# 17769 (p1361) , 17772 (p1364) codes. Please help.



## mhunter1 (Jul 7, 2005)

hello, 
I have two error codes with VW Jetta 2001.5 engin AZG: 
17769 - Cylinder 3 Ignition Circuit: Open Circuit
17772 - Cylinder 4 Ignition Circuit: Open Circuit
both sporadical.
CEL can stays for some days, then not present for couple of weeks.
I was wondering if anyone could help me out w/ this one, i checked the plug wires, there is a secure connection at the plug and at the coil pack.
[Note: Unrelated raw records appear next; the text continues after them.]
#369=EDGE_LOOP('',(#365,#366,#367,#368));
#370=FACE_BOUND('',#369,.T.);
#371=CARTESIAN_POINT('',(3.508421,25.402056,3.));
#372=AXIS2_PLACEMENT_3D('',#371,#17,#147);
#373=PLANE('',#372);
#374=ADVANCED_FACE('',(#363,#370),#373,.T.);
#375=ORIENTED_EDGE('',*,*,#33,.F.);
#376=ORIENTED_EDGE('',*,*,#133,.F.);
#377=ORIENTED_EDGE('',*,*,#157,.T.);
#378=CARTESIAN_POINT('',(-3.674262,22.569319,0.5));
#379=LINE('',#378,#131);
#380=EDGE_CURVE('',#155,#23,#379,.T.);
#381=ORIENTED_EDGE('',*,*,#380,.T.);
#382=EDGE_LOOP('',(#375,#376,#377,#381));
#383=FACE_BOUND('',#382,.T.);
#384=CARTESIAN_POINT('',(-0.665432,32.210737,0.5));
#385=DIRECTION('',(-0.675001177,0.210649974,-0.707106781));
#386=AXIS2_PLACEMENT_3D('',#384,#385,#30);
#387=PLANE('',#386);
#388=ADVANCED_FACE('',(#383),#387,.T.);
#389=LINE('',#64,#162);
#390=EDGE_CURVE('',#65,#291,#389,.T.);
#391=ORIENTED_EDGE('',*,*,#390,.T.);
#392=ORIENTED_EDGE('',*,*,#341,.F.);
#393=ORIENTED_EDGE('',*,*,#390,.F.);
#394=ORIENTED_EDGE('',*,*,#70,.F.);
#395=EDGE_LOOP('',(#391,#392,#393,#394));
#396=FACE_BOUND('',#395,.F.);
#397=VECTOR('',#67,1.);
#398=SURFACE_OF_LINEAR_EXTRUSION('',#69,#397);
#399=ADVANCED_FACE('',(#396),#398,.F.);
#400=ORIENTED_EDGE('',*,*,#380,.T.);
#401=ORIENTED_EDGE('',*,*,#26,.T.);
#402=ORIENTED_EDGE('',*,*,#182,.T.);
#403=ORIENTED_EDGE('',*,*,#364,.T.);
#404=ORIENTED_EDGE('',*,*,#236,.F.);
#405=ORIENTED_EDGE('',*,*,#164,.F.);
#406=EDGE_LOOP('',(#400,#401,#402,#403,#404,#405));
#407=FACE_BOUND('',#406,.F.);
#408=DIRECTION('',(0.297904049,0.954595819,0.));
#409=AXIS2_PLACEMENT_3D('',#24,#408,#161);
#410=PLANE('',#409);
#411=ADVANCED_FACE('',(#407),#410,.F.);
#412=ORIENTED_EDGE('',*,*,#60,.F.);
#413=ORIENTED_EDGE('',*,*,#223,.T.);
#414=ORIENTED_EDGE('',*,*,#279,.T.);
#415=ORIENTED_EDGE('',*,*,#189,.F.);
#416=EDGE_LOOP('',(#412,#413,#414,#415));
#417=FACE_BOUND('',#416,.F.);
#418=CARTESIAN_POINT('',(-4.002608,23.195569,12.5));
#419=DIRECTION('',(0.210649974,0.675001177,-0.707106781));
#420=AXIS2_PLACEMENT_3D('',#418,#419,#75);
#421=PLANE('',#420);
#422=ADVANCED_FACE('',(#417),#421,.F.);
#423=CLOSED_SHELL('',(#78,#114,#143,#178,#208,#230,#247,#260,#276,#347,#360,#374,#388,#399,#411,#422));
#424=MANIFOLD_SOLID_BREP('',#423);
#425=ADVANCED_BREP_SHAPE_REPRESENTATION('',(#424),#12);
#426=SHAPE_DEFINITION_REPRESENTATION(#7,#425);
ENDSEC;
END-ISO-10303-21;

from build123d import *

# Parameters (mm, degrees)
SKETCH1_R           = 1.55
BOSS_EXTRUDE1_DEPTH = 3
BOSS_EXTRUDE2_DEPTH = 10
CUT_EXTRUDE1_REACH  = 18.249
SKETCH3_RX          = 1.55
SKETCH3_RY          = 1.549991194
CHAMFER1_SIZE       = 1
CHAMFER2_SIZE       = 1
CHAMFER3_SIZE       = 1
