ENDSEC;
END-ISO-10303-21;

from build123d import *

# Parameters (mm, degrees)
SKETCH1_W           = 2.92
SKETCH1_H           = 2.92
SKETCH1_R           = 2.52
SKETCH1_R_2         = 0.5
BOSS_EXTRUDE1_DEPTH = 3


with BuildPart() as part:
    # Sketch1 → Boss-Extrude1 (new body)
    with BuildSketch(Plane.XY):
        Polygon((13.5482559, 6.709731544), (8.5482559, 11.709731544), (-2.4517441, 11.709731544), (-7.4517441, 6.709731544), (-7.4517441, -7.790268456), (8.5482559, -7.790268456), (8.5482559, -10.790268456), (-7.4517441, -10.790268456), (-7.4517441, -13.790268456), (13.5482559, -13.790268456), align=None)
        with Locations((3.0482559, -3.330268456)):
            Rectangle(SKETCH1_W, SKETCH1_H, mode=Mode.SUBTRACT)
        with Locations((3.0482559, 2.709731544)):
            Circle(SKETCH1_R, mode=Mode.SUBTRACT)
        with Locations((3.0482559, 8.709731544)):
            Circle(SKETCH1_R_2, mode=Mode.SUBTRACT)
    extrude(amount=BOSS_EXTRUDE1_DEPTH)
The coil pack was replaced due small crack with no luck. The errors are still in place.
any help would be greatly appreciated!
thanks in advance


----------



## mhunter1 (Jul 7, 2005)

Hi,
Can somebody help me with the issue.
Thanks in advance.


----------



## nmjetha (Apr 24, 2009)

*Re: (mhunter1)*

I just got those codes also, but did the plugs and wires not that long ago. Did you ever figure it out?


----------



## Bentley-RickW (Jan 8, 2008)

Hello

We realize this is an old thread, but there may be some helpful and relevant info in this video:
http://www.youtube.com/watch?v=FjGkFqdS52w

RickW
Bentley Publishers


----------



## chrisq (Jul 29, 2009)

*Thanks*

Its an old post but the video was amazing and solved my issue. Thanks.


----------